─── PROVIDED DATA ───

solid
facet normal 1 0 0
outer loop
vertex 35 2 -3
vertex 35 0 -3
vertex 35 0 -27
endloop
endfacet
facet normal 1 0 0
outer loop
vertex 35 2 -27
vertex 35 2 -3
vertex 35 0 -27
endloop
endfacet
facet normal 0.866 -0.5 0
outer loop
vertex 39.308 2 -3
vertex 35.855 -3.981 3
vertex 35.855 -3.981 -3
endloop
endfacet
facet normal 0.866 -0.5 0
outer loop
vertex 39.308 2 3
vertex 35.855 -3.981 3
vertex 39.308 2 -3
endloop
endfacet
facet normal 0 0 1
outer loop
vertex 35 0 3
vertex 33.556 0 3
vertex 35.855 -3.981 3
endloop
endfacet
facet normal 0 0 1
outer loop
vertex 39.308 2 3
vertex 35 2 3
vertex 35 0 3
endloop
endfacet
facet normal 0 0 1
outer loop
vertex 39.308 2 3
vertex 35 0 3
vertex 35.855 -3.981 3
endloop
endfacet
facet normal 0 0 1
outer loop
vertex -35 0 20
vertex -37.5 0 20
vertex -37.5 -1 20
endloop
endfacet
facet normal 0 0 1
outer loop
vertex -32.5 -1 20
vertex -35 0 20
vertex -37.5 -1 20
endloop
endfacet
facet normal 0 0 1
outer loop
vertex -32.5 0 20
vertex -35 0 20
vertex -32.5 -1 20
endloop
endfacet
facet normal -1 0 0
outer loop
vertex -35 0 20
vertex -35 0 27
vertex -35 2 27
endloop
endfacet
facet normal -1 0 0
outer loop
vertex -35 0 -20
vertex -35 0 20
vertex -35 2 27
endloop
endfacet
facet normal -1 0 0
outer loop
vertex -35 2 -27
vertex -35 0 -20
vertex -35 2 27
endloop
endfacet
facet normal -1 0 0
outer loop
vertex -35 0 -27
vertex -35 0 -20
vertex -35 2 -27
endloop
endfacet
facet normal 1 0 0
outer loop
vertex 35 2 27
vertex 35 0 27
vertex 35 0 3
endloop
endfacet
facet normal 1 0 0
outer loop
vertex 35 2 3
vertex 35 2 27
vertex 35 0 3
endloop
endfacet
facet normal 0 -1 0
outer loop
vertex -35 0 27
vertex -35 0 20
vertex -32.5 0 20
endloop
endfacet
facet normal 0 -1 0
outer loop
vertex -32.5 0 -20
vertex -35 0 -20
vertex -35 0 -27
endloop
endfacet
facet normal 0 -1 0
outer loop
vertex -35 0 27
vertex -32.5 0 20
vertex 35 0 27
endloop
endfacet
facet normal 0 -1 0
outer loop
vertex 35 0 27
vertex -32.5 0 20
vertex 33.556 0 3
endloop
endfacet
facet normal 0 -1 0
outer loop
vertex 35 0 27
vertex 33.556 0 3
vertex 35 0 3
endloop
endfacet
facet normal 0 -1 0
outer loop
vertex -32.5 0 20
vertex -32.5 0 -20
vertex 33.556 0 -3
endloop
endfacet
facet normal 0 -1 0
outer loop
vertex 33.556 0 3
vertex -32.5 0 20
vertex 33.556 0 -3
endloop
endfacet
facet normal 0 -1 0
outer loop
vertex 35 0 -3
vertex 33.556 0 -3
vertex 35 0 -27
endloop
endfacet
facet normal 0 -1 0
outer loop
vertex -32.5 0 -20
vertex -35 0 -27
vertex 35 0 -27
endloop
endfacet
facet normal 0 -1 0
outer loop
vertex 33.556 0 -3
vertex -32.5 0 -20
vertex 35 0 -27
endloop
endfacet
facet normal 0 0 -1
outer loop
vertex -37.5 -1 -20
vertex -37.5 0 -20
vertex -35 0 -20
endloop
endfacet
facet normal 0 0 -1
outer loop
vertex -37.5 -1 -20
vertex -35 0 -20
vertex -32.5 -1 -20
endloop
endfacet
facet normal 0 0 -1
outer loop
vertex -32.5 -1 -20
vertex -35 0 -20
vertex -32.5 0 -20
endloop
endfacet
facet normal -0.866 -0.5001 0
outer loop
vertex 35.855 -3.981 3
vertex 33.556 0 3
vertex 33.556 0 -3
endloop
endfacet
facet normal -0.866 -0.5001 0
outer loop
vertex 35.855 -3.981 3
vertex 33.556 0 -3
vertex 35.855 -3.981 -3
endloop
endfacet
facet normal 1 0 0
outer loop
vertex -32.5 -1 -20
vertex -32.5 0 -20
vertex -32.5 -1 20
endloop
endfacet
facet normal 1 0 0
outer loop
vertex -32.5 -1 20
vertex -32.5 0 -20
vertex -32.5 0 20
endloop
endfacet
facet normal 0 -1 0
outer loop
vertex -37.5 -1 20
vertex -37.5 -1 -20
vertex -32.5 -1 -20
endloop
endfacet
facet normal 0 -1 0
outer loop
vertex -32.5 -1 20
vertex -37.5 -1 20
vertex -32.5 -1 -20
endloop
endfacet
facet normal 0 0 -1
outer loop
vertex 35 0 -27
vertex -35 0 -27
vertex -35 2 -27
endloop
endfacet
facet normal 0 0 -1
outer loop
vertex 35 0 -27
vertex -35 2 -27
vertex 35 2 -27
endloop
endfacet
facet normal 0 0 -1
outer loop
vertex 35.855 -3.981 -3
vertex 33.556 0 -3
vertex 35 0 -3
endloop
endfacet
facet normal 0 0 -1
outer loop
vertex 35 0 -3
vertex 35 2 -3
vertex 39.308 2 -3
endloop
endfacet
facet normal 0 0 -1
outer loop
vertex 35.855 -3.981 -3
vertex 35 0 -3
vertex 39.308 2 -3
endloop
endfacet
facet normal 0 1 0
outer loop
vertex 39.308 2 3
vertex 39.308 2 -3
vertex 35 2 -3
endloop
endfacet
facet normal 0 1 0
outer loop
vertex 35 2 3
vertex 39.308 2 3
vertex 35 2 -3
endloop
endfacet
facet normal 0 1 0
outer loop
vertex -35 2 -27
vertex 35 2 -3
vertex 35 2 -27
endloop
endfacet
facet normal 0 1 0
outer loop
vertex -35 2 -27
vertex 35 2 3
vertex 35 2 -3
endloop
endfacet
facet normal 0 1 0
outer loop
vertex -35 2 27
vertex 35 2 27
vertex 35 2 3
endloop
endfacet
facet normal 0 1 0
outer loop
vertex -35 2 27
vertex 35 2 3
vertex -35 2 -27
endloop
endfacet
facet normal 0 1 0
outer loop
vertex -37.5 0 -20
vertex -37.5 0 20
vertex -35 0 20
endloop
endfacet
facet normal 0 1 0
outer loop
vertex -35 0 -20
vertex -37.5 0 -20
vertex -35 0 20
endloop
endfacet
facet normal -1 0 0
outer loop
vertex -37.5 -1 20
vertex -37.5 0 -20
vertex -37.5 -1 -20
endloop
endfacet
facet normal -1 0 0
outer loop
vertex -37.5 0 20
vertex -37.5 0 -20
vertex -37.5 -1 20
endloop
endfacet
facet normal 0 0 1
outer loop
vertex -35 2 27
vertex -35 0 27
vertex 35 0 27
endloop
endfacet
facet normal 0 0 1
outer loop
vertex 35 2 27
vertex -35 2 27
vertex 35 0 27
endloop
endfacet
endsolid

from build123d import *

# Parameters (mm, degrees)
SKETCH1_W           = 70
SKETCH1_H           = 54
BOSS_EXTRUDE1_DEPTH = 2
SKETCH2_W           = 5
SKETCH2_H           = 40
BOSS_EXTRUDE2_DEPTH = 1
BOSS_EXTRUDE3_START = -24
BOSS_EXTRUDE3_DEPTH = 6


with BuildPart() as part:
    # Sketch1 → Boss-Extrude1 (new body)
    with BuildSketch(Plane(origin=(0, 0, 0), x_dir=(1, 0, 0), z_dir=(0, 1, 0))):
        Rectangle(SKETCH1_W, SKETCH1_H)
    extrude(amount=BOSS_EXTRUDE1_DEPTH)

    # Sketch2 → Boss-Extrude2 (add)
    with BuildSketch(Plane.XZ):
        with Locations((-35, 0)):
            Rectangle(SKETCH2_W, SKETCH2_H)
    extrude(amount=BOSS_EXTRUDE2_DEPTH)

    # Sketch3 → Boss-Extrude3 (add)
    with BuildSketch(Plane.XY.offset(27).offset(BOSS_EXTRUDE3_START)):
        Polygon((35.85458287, -3.981493023), (39.307999477, 2), (32.401166263, 2), align=None)
    extrude(amount=-BOSS_EXTRUDE3_DEPTH)


solid = part.part
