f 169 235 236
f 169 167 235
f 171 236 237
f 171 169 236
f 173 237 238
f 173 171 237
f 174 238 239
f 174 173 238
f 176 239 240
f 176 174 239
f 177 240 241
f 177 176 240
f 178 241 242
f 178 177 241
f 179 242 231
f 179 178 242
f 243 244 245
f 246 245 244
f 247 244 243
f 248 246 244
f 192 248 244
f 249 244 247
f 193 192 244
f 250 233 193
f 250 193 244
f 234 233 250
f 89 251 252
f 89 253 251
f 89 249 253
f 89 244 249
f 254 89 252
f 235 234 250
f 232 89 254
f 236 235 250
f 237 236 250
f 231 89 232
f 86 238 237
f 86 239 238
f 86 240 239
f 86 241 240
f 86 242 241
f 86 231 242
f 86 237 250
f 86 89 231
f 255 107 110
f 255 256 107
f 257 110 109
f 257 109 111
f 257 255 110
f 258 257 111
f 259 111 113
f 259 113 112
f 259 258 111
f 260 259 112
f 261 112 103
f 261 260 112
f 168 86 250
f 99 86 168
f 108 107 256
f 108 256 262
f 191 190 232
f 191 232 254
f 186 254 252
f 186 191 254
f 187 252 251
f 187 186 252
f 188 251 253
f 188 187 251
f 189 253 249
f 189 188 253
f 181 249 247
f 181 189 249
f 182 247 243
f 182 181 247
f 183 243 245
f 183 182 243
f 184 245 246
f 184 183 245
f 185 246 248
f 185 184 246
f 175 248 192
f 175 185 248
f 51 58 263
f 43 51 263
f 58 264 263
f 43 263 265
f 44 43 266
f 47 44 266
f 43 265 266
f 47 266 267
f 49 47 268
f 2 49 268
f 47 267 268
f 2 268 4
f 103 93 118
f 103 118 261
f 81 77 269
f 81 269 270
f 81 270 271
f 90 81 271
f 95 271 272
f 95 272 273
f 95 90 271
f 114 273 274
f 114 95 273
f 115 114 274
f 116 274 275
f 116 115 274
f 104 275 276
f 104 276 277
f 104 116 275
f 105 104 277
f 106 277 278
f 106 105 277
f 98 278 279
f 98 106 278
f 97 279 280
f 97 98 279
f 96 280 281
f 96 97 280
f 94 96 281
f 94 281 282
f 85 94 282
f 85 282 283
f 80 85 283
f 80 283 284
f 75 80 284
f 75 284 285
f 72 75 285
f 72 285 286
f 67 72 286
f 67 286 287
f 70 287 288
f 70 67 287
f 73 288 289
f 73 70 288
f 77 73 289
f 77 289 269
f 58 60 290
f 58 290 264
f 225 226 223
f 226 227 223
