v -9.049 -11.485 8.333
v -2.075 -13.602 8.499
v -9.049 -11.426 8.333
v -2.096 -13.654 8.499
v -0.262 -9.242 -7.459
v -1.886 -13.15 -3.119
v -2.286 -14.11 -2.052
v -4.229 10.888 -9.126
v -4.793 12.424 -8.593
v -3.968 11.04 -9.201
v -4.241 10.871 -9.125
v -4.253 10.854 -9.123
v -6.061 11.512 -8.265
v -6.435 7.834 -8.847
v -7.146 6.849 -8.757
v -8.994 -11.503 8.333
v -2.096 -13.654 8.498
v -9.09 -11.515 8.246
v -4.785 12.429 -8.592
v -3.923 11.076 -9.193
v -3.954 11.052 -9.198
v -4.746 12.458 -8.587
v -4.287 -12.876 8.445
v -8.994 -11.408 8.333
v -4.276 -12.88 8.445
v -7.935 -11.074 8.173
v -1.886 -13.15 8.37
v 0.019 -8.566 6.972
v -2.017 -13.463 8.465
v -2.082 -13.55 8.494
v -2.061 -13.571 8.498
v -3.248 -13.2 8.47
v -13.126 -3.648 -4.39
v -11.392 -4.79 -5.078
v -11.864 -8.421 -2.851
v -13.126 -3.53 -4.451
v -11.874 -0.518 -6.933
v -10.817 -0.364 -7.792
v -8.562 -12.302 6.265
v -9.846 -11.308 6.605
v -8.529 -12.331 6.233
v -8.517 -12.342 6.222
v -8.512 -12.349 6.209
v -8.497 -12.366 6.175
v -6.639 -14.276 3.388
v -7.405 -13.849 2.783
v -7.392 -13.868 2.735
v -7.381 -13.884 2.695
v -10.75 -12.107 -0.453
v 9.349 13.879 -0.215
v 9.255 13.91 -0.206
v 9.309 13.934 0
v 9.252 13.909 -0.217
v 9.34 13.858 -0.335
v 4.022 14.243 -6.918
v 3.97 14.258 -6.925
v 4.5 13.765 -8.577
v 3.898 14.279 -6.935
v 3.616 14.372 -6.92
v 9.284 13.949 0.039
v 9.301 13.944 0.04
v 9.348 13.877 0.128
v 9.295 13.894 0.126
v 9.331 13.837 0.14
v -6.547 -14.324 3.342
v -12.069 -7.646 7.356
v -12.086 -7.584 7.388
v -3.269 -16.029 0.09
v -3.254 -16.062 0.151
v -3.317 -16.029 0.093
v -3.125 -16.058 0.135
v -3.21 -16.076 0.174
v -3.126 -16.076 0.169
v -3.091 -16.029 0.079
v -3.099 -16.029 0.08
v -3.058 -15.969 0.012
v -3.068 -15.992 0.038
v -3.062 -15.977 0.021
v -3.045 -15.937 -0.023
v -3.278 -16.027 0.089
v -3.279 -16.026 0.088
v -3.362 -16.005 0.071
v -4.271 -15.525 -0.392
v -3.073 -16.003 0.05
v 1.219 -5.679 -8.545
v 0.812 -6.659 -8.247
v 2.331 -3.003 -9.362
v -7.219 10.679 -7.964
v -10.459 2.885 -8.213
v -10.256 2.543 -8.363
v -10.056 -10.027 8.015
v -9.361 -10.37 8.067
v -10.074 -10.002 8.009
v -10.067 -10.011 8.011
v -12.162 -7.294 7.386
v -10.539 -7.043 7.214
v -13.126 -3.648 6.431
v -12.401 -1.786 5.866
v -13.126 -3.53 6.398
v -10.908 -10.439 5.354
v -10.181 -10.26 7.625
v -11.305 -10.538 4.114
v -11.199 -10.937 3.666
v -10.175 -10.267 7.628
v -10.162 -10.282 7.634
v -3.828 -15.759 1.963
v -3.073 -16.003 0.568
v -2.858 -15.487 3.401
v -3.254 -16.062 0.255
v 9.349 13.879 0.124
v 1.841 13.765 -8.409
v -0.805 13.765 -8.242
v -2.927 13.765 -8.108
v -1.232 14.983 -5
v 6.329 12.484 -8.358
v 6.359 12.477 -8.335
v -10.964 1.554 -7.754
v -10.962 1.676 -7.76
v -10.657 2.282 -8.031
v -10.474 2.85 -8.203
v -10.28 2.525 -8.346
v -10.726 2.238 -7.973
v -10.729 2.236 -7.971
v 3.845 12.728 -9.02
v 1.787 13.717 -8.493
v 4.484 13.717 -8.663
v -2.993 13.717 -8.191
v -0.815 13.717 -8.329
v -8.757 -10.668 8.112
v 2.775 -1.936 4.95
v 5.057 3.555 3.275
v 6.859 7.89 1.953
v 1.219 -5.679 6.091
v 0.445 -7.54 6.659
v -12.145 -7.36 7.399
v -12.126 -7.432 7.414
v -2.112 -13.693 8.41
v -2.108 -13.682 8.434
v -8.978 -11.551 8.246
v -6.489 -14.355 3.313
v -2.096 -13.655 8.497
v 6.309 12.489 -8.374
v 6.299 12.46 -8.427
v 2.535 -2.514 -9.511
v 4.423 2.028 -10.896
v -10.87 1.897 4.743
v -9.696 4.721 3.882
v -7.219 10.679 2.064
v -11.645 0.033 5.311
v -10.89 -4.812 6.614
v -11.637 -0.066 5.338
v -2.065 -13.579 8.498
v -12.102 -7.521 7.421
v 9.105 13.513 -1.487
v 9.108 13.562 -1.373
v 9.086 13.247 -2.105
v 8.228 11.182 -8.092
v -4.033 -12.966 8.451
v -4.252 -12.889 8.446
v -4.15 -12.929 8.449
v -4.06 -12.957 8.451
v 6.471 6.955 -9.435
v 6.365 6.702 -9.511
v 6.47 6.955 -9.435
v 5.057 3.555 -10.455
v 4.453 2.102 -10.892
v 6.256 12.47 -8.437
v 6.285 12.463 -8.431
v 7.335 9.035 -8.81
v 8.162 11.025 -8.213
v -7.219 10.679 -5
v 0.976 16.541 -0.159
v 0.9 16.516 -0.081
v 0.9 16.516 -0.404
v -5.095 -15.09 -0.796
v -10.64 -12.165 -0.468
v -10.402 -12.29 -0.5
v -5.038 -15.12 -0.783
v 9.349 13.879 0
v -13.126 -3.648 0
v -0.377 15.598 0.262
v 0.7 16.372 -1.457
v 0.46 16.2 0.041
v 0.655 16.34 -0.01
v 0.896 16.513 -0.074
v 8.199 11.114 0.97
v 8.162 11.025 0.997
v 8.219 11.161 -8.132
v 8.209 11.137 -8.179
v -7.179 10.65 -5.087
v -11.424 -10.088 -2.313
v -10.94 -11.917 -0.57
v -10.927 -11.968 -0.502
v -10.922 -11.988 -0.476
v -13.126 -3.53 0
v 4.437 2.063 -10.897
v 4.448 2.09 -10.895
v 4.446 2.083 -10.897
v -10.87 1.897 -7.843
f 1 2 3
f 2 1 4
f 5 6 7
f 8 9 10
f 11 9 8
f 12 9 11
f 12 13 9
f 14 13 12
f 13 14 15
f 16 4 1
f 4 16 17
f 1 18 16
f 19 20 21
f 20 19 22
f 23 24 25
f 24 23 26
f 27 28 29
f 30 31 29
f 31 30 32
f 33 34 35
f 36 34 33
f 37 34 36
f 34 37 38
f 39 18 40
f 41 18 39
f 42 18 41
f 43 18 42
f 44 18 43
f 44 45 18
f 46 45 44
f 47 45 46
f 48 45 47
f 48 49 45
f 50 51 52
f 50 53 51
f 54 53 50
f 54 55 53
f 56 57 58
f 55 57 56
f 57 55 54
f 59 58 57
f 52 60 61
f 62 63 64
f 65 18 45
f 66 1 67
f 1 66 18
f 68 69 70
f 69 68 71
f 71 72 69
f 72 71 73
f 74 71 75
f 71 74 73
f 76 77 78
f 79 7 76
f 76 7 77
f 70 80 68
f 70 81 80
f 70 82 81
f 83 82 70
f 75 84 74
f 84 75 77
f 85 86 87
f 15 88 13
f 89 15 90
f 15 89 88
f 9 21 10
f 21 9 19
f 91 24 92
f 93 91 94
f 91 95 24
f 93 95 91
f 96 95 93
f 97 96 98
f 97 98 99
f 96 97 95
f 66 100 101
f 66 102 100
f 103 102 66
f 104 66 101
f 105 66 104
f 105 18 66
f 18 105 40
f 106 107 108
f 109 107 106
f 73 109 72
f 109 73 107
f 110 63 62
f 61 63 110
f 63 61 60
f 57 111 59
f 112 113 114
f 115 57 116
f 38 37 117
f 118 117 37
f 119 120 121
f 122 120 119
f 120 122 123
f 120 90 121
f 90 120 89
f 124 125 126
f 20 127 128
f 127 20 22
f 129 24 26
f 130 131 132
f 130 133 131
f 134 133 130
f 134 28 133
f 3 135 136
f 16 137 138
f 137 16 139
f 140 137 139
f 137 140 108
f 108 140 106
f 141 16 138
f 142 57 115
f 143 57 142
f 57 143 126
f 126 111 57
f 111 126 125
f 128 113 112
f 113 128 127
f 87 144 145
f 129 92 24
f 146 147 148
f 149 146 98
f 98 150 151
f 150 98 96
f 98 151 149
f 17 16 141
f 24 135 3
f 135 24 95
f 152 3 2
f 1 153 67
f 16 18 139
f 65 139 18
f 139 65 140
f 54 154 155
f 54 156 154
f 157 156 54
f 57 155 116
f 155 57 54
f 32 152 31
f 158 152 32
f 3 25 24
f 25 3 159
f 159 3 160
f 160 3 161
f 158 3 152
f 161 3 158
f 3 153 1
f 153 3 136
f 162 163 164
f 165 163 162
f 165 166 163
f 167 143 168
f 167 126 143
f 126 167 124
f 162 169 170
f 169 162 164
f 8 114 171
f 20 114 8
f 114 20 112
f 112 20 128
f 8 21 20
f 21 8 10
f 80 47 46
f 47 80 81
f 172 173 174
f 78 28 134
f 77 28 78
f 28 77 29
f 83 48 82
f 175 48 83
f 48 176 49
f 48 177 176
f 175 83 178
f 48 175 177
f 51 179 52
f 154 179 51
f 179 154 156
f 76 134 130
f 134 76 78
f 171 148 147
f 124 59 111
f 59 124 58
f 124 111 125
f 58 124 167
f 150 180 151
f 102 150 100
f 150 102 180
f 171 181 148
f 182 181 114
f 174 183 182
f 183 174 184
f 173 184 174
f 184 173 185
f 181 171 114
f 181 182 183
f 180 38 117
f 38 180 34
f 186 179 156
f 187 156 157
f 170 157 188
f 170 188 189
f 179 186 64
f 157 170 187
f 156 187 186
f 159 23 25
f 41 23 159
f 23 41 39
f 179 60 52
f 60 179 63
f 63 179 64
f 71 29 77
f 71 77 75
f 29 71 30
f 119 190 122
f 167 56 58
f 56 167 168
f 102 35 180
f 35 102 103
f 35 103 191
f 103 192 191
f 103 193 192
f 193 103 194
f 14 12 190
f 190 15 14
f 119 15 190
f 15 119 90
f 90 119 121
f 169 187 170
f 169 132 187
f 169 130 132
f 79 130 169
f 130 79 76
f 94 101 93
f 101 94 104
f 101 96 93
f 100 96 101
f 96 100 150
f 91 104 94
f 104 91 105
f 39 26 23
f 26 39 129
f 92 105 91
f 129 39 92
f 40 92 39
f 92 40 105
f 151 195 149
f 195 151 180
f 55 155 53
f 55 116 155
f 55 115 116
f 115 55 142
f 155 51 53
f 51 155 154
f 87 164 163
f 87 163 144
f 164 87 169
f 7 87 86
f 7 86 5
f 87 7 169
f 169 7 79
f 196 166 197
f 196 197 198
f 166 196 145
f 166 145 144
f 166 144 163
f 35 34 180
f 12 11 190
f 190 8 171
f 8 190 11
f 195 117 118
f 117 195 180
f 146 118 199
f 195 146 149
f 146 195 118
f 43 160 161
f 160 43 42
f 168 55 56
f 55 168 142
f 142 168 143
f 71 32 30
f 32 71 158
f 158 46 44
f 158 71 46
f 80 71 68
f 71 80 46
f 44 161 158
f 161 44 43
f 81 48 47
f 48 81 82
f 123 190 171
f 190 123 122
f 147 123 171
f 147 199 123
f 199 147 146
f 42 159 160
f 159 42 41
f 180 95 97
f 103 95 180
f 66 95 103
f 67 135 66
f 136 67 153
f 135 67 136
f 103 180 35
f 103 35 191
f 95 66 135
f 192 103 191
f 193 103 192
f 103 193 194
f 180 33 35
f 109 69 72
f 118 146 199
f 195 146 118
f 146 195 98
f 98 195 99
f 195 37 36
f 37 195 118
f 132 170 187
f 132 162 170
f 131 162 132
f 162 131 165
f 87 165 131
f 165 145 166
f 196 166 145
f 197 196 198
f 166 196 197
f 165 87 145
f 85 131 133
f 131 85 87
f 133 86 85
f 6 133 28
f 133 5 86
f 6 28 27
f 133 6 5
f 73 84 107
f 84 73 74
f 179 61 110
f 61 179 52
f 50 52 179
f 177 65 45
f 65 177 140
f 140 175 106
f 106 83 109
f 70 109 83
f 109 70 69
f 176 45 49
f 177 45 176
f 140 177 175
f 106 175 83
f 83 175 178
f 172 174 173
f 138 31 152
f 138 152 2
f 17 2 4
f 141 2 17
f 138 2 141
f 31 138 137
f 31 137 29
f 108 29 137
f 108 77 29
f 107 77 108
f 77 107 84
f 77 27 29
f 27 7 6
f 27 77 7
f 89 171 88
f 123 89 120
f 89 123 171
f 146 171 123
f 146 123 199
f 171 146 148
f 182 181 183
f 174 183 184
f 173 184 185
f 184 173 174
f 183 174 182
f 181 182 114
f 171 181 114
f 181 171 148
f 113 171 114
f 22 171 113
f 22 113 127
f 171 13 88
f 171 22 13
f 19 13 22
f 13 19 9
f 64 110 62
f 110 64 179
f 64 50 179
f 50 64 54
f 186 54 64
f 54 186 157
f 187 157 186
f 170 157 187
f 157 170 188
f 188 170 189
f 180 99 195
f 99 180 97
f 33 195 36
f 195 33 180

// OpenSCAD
// Auto-generated OpenSCAD file

    inner_points = 10*[[0.0981256772482181, 1.6457575604228036, -0.49999971188637654], [-1.0832035552174737, -1.1961778079047776, 0.5000005689987711], [-0.1274890829740991, 1.102996499198401, -1.309016652616536], [0.09812663002150081, 1.6457572632118638, 0.5000002881131254], [-1.0832045079907566, -1.1961775106938377, -0.49999943100073085], [-0.8575887949951567, -0.6534167466803746, 1.3090175097289307], [-0.4925404806041831, 0.22479035715641538, -1.618033560192892], [-0.127486588581261, 1.1029957210900594, 1.3090173361320547], [-0.8575912893879948, -0.6534159685720329, -1.3090164790196603], [-0.4925373973650727, 0.224789395361611, 1.6180344173052863], [0.8062478731875907, 1.1025170792040677, -0.951057064318678], [0.9248610728923187, 1.3878632992834963, -5.762265201658678e-07], [-0.317262991238858, -1.6003240717335458, -2.808858743374998e-07], [-0.19864979153413004, -1.314977851654117, 0.9510562072062835], [0.495716297128712, 0.3554704111460145, -1.5388422427756967], [0.8062496854700688, 1.102516513875266, 0.951055968270682], [-0.19865160381660824, -1.3149772863253153, -0.9510568253830763], [0.11188178452474858, -0.5679311835960638, 1.5388413856633023], [0.1118788521901014, -0.5679302688748477, -1.538842151510418], [0.4957192294633592, 0.3554694964247984, 1.5388412943980236], [-0.7138464220032689, 1.0620613123307217, -0.4999991117419643], [-1.3045110382361147, -0.3589063718330689, 1.0287006094733542e-06], [-0.7138454692299859, 1.062061015119782, 0.5000008882575375], [-1.0788962780137976, 0.18385468939133373, 0.8090179694307691], [-1.0788978196333527, 0.183855170288736, -0.8090160193183198]];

───

# [TASK PROMPT]
Leave out every line above except those from the line with "f 156 187 186" up to and including the line with "f 64 50 179", and copy those exactly.

# [EXPECTED ANSWER]
f 156 187 186
f 159 23 25
f 41 23 159
f 23 41 39
f 179 60 52
f 60 179 63
f 63 179 64
f 71 29 77
f 71 77 75
f 29 71 30
f 119 190 122
f 167 56 58
f 56 167 168
f 102 35 180
f 35 102 103
f 35 103 191
f 103 192 191
f 103 193 192
f 193 103 194
f 14 12 190
f 190 15 14
f 119 15 190
f 15 119 90
f 90 119 121
f 169 187 170
f 169 132 187
f 169 130 132
f 79 130 169
f 130 79 76
f 94 101 93
f 101 94 104
f 101 96 93
f 100 96 101
f 96 100 150
f 91 104 94
f 104 91 105
f 39 26 23
f 26 39 129
f 92 105 91
f 129 39 92
f 40 92 39
f 92 40 105
f 151 195 149
f 195 151 180
f 55 155 53
f 55 116 155
f 55 115 116
f 115 55 142
f 155 51 53
f 51 155 154
f 87 164 163
f 87 163 144
f 164 87 169
f 7 87 86
f 7 86 5
f 87 7 169
f 169 7 79
f 196 166 197
f 196 197 198
f 166 196 145
f 166 145 144
f 166 144 163
f 35 34 180
f 12 11 190
f 190 8 171
f 8 190 11
f 195 117 118
f 117 195 180
f 146 118 199
f 195 146 149
f 146 195 118
f 43 160 161
f 160 43 42
f 168 55 56
f 55 168 142
f 142 168 143
f 71 32 30
f 32 71 158
f 158 46 44
f 158 71 46
f 80 71 68
f 71 80 46
f 44 161 158
f 161 44 43
f 81 48 47
f 48 81 82
f 123 190 171
f 190 123 122
f 147 123 171
f 147 199 123
f 199 147 146
f 42 159 160
f 159 42 41
f 180 95 97
f 103 95 180
f 66 95 103
f 67 135 66
f 136 67 153
f 135 67 136
f 103 180 35
f 103 35 191
f 95 66 135
f 192 103 191
f 193 103 192
f 103 193 194
f 180 33 35
f 109 69 72
f 118 146 199
f 195 146 118
f 146 195 98
f 98 195 99
f 195 37 36
f 37 195 118
f 132 170 187
f 132 162 170
f 131 162 132
f 162 131 165
f 87 165 131
f 165 145 166
f 196 166 145
f 197 196 198
f 166 196 197
f 165 87 145
f 85 131 133
f 131 85 87
f 133 86 85
f 6 133 28
f 133 5 86
f 6 28 27
f 133 6 5
f 73 84 107
f 84 73 74
f 179 61 110
f 61 179 52
f 50 52 179
f 177 65 45
f 65 177 140
f 140 175 106
f 106 83 109
f 70 109 83
f 109 70 69
f 176 45 49
f 177 45 176
f 140 177 175
f 106 175 83
f 83 175 178
f 172 174 173
f 138 31 152
f 138 152 2
f 17 2 4
f 141 2 17
f 138 2 141
f 31 138 137
f 31 137 29
f 108 29 137
f 108 77 29
f 107 77 108
f 77 107 84
f 77 27 29
f 27 7 6
f 27 77 7
f 89 171 88
f 123 89 120
f 89 123 171
f 146 171 123
f 146 123 199
f 171 146 148
f 182 181 183
f 174 183 184
f 173 184 185
f 184 173 174
f 183 174 182
f 181 182 114
f 171 181 114
f 181 171 148
f 113 171 114
f 22 171 113
f 22 113 127
f 171 13 88
f 171 22 13
f 19 13 22
f 13 19 9
f 64 110 62
f 110 64 179
f 64 50 179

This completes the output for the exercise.